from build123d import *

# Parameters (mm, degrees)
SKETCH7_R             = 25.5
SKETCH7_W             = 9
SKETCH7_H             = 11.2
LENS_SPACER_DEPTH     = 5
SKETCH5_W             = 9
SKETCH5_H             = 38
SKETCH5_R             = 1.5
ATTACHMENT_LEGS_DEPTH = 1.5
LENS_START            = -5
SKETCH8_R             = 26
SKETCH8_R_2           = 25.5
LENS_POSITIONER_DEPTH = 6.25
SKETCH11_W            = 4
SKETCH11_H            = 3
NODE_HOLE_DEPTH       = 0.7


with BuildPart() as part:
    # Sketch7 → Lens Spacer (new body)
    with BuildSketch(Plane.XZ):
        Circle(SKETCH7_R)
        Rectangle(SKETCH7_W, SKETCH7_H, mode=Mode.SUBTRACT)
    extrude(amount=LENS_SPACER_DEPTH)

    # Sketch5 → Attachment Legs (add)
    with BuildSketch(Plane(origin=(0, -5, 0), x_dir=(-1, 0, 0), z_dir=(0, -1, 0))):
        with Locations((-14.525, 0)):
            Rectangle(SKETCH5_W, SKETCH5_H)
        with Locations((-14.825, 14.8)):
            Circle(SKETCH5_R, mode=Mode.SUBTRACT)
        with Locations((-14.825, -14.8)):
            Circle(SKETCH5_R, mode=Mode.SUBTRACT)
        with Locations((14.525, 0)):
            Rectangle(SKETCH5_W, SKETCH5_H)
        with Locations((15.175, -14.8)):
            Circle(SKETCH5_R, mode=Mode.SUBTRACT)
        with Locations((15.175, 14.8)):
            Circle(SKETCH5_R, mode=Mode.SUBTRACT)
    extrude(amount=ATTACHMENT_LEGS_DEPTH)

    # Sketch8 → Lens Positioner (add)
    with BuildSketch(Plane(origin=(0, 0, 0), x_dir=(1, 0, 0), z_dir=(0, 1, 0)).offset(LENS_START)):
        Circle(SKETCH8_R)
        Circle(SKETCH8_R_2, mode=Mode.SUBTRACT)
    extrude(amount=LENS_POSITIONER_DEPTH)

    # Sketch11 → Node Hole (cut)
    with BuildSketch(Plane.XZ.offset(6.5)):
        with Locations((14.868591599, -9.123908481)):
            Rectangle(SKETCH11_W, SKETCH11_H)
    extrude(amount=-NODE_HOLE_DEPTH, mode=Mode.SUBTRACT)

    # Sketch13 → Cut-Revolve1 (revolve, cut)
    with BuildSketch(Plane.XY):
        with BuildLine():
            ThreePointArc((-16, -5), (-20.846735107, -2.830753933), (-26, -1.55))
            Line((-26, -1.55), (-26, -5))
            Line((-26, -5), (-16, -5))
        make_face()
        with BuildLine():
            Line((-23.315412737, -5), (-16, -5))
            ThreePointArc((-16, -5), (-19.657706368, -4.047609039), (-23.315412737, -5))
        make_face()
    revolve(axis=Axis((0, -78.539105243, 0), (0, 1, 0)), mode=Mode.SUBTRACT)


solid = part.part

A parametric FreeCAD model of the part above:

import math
import FreeCAD as App
import Part
import Sketcher

V = App.Vector

doc = App.newDocument("Part")
body = doc.addObject("PartDesign::Body", "Body")

sketch1 = doc.addObject("Sketcher::SketchObject", "Sketch")
body.addObject(sketch1)
sketch1.AttachmentSupport = (doc.XZ_Plane, [""])
sketch1.MapMode = "FlatFace"
sketch1.addGeometry([
    Part.Circle(V(0, 0, 0), V(0, 0, 1), 26),
    Part.LineSegment(V(4, -6, 0), V(-4, -6, 0)),
    Part.LineSegment(V(-4, -6, 0), V(-4, 6, 0)),
    Part.LineSegment(V(-4, 6, 0), V(4, 6, 0)),
    Part.LineSegment(V(4, 6, 0), V(4, -6, 0)),
], False)
sketch1.addConstraint([
    Sketcher.Constraint("Coincident", 1, 2, 2, 1),
    Sketcher.Constraint("Coincident", 2, 2, 3, 1),
    Sketcher.Constraint("Coincident", 3, 2, 4, 1),
    Sketcher.Constraint("Coincident", 4, 2, 1, 1),
    Sketcher.Constraint("Horizontal", 1),
    Sketcher.Constraint("Vertical", 2),
    Sketcher.Constraint("Horizontal", 3),
    Sketcher.Constraint("Vertical", 4),
    Sketcher.Constraint("Coincident", 0, 3, -1, 1),
    Sketcher.Constraint("Symmetric", 1, 2, 3, 2, -1, 1),
    Sketcher.Constraint("Diameter", 0, 51.0),
    Sketcher.Constraint("DistanceX", 1, 2, 1, 1, 9.0),
    Sketcher.Constraint("DistanceY", 2, 1, 2, 2, 11.2),
])
pad1 = doc.addObject("PartDesign::Pad", "Pad")
body.addObject(pad1)
pad1.Profile = sketch1
pad1.Length = 5

sketch2 = doc.addObject("Sketcher::SketchObject", "Sketch001")
body.addObject(sketch2)
sketch2.AttachmentSupport = (doc.XZ_Plane, [""])
sketch2.MapMode = "FlatFace"
sketch2.AttachmentOffset = App.Placement(V(0, 0, 5), App.Rotation())
sketch2.addGeometry([
    Part.LineSegment(V(19, -19, 0), V(19, 19, 0)),
    Part.LineSegment(V(19, 19, 0), V(10, 19, 0)),
    Part.LineSegment(V(10, 19, 0), V(10, -19, 0)),
    Part.LineSegment(V(10, -19, 0), V(19, -19, 0)),
    Part.Circle(V(14.8, 14.8, 0), V(0, 0, 1), 1.5),
    Part.Circle(V(14.8, -14.8, 0), V(0, 0, 1), 1.5),
    Part.LineSegment(V(-10, -19, 0), V(-10, 19, 0)),
    Part.LineSegment(V(-10, 19, 0), V(-19, 19, 0)),
    Part.LineSegment(V(-19, 19, 0), V(-19, -19, 0)),
    Part.LineSegment(V(-19, -19, 0), V(-10, -19, 0)),
    Part.Circle(V(-15.2, 14.8, 0), V(0, 0, 1), 1.5),
    Part.Circle(V(-15.2, -14.8, 0), V(0, 0, 1), 1.5),
], False)
sketch2.addConstraint([
    Sketcher.Constraint("Coincident", 0, 2, 1, 1),
    Sketcher.Constraint("Coincident", 1, 2, 2, 1),
    Sketcher.Constraint("Coincident", 2, 2, 3, 1),
    Sketcher.Constraint("Coincident", 3, 2, 0, 1),
    Sketcher.Constraint("Coincident", 6, 2, 7, 1),
    Sketcher.Constraint("Coincident", 7, 2, 8, 1),
    Sketcher.Constraint("Coincident", 8, 2, 9, 1),
    Sketcher.Constraint("Coincident", 9, 2, 6, 1),
    Sketcher.Constraint("Vertical", 0),
    Sketcher.Constraint("Horizontal", 1),
    Sketcher.Constraint("Vertical", 2),
    Sketcher.Constraint("Horizontal", 3),
    Sketcher.Constraint("Vertical", 6),
    Sketcher.Constraint("Horizontal", 7),
    Sketcher.Constraint("Vertical", 8),
    Sketcher.Constraint("Horizontal", 9),
    Sketcher.Constraint("Equal", 4, 5),
    Sketcher.Constraint("Equal", 5, 10),
    Sketcher.Constraint("Equal", 10, 11),
    Sketcher.Constraint("Symmetric", 2, 2, 6, 2, -1, 1),
    Sketcher.Constraint("Symmetric", 0, 2, 8, 2, -1, 1),
    Sketcher.Constraint("Symmetric", 4, 3, 5, 3, -1),
    Sketcher.Constraint("Symmetric", 10, 3, 11, 3, -1),
    Sketcher.Constraint("Horizontal", 4, 3, 10, 3),
    Sketcher.Constraint("Horizontal", 1, 2, 6, 2),
    Sketcher.Constraint("Diameter", 4, 3.0),
    Sketcher.Constraint("DistanceX", 1, 2, 1, 1, 9.0),
    Sketcher.Constraint("DistanceY", 0, 1, 0, 2, 38.0),
    Sketcher.Constraint("DistanceX", 10, 3, 4, 3, 30.0),
    Sketcher.Constraint("DistanceY", -1, 1, 4, 3, 14.8),
    Sketcher.Constraint("DistanceX", 4, 3, 0, 2, 4.2),
    Sketcher.Constraint("DistanceX", 10, 3, 6, 2, 5.15),
])
pad2 = doc.addObject("PartDesign::Pad", "Pad001")
body.addObject(pad2)
pad2.Profile = sketch2
pad2.Length = 1.5

sketch3 = doc.addObject("Sketcher::SketchObject", "Sketch002")
body.addObject(sketch3)
sketch3.AttachmentSupport = (doc.XZ_Plane, [""])
sketch3.MapMode = "FlatFace"
sketch3.AttachmentOffset = App.Placement(V(0, 0, 5), App.Rotation())
sketch3.addGeometry([
    Part.Circle(V(0, 0, 0), V(0, 0, 1), 26),
    Part.Circle(V(0, 0, 0), V(0, 0, 1), 26),
], False)
sketch3.addConstraint([
    Sketcher.Constraint("Coincident", 0, 3, -1, 1),
    Sketcher.Constraint("Coincident", 1, 3, -1, 1),
    Sketcher.Constraint("Diameter", 0, 52.0),
    Sketcher.Constraint("Diameter", 1, 51.0),
])
pad3 = doc.addObject("PartDesign::Pad", "Pad002")
body.addObject(pad3)
pad3.Profile = sketch3
pad3.Length = 6.25
pad3.Reversed = True

sketch4 = doc.addObject("Sketcher::SketchObject", "Sketch003")
body.addObject(sketch4)
sketch4.AttachmentSupport = (doc.XZ_Plane, [""])
sketch4.MapMode = "FlatFace"
sketch4.AttachmentOffset = App.Placement(V(0, 0, 6.5), App.Rotation())
sketch4.addGeometry([
    Part.LineSegment(V(12.9, -7.6, 0), V(12.9, -10.6, 0)),
    Part.LineSegment(V(12.9, -10.6, 0), V(16.9, -10.6, 0)),
    Part.LineSegment(V(16.9, -10.6, 0), V(16.9, -7.6, 0)),
    Part.LineSegment(V(16.9, -7.6, 0), V(12.9, -7.6, 0)),
], False)
sketch4.addConstraint([
    Sketcher.Constraint("Coincident", 0, 2, 1, 1),
    Sketcher.Constraint("Coincident", 1, 2, 2, 1),
    Sketcher.Constraint("Coincident", 2, 2, 3, 1),
    Sketcher.Constraint("Coincident", 3, 2, 0, 1),
    Sketcher.Constraint("Vertical", 0),
    Sketcher.Constraint("Horizontal", 1),
    Sketcher.Constraint("Vertical", 2),
    Sketcher.Constraint("Horizontal", 3),
    Sketcher.Constraint("DistanceX", 1, 1, 1, 2, 4.0),
    Sketcher.Constraint("DistanceY", 0, 2, 0, 1, 3.0),
    Sketcher.Constraint("DistanceX", -1, 1, 0, 2, 12.868592),
    Sketcher.Constraint("DistanceY", 0, 2, -1, 1, 10.623908),
])
pocket1 = doc.addObject("PartDesign::Pocket", "Pocket")
body.addObject(pocket1)
pocket1.Profile = sketch4
pocket1.Length = 0.7

sketch5 = doc.addObject("Sketcher::SketchObject", "Sketch004")
body.addObject(sketch5)
sketch5.AttachmentSupport = (doc.XY_Plane, [""])
sketch5.MapMode = "FlatFace"
sketch5.addGeometry([
    Part.LineSegment(V(-26, -5, 0), V(-16, -5, 0)),
    Part.ArcOfCircle(Part.Circle(V(-30.6, -31.2, 0), V(0, 0, 1), 30), math.radians(61), math.radians(81)),
    Part.LineSegment(V(-26, -1.6, 0), V(-26, -5, 0)),
], False)
sketch5.addConstraint([
    Sketcher.Constraint("Coincident", 0, 2, 1, 1),
    Sketcher.Constraint("Coincident", 1, 2, 2, 1),
    Sketcher.Constraint("Coincident", 2, 2, 0, 1),
    Sketcher.Constraint("Horizontal", 0),
    Sketcher.Constraint("Vertical", 2),
    Sketcher.Constraint("Radius", 1, 30.0),
    Sketcher.Constraint("DistanceX", 0, 1, 0, 2, 10.0),
    Sketcher.Constraint("DistanceX", 0, 2, -1, 1, 16.0),
    Sketcher.Constraint("DistanceY", 0, 2, -1, 1, 5.0),
    Sketcher.Constraint("DistanceY", 2, 2, 2, 1, 3.45),
])
groove = doc.addObject("PartDesign::Groove", "Groove")
body.addObject(groove)
groove.Profile = sketch5
groove.ReferenceAxis = (sketch5, ["V_Axis"])
groove.Angle = 360

doc.recompute()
----------------------------------------
Extract from the records above the lines from the one containing "# Sketch13 → Cut-Revolve1 (revolve, cut)" to the one containing "A parametric FreeCAD", both lines included, exactly as they appear and with nothing else.

    # Sketch13 → Cut-Revolve1 (revolve, cut)
    with BuildSketch(Plane.XY):
        with BuildLine():
            ThreePointArc((-16, -5), (-20.846735107, -2.830753933), (-26, -1.55))
            Line((-26, -1.55), (-26, -5))
            Line((-26, -5), (-16, -5))
        make_face()
        with BuildLine():
            Line((-23.315412737, -5), (-16, -5))
            ThreePointArc((-16, -5), (-19.657706368, -4.047609039), (-23.315412737, -5))
        make_face()
    revolve(axis=Axis((0, -78.539105243, 0), (0, 1, 0)), mode=Mode.SUBTRACT)


solid = part.part

A parametric FreeCAD model of the part above:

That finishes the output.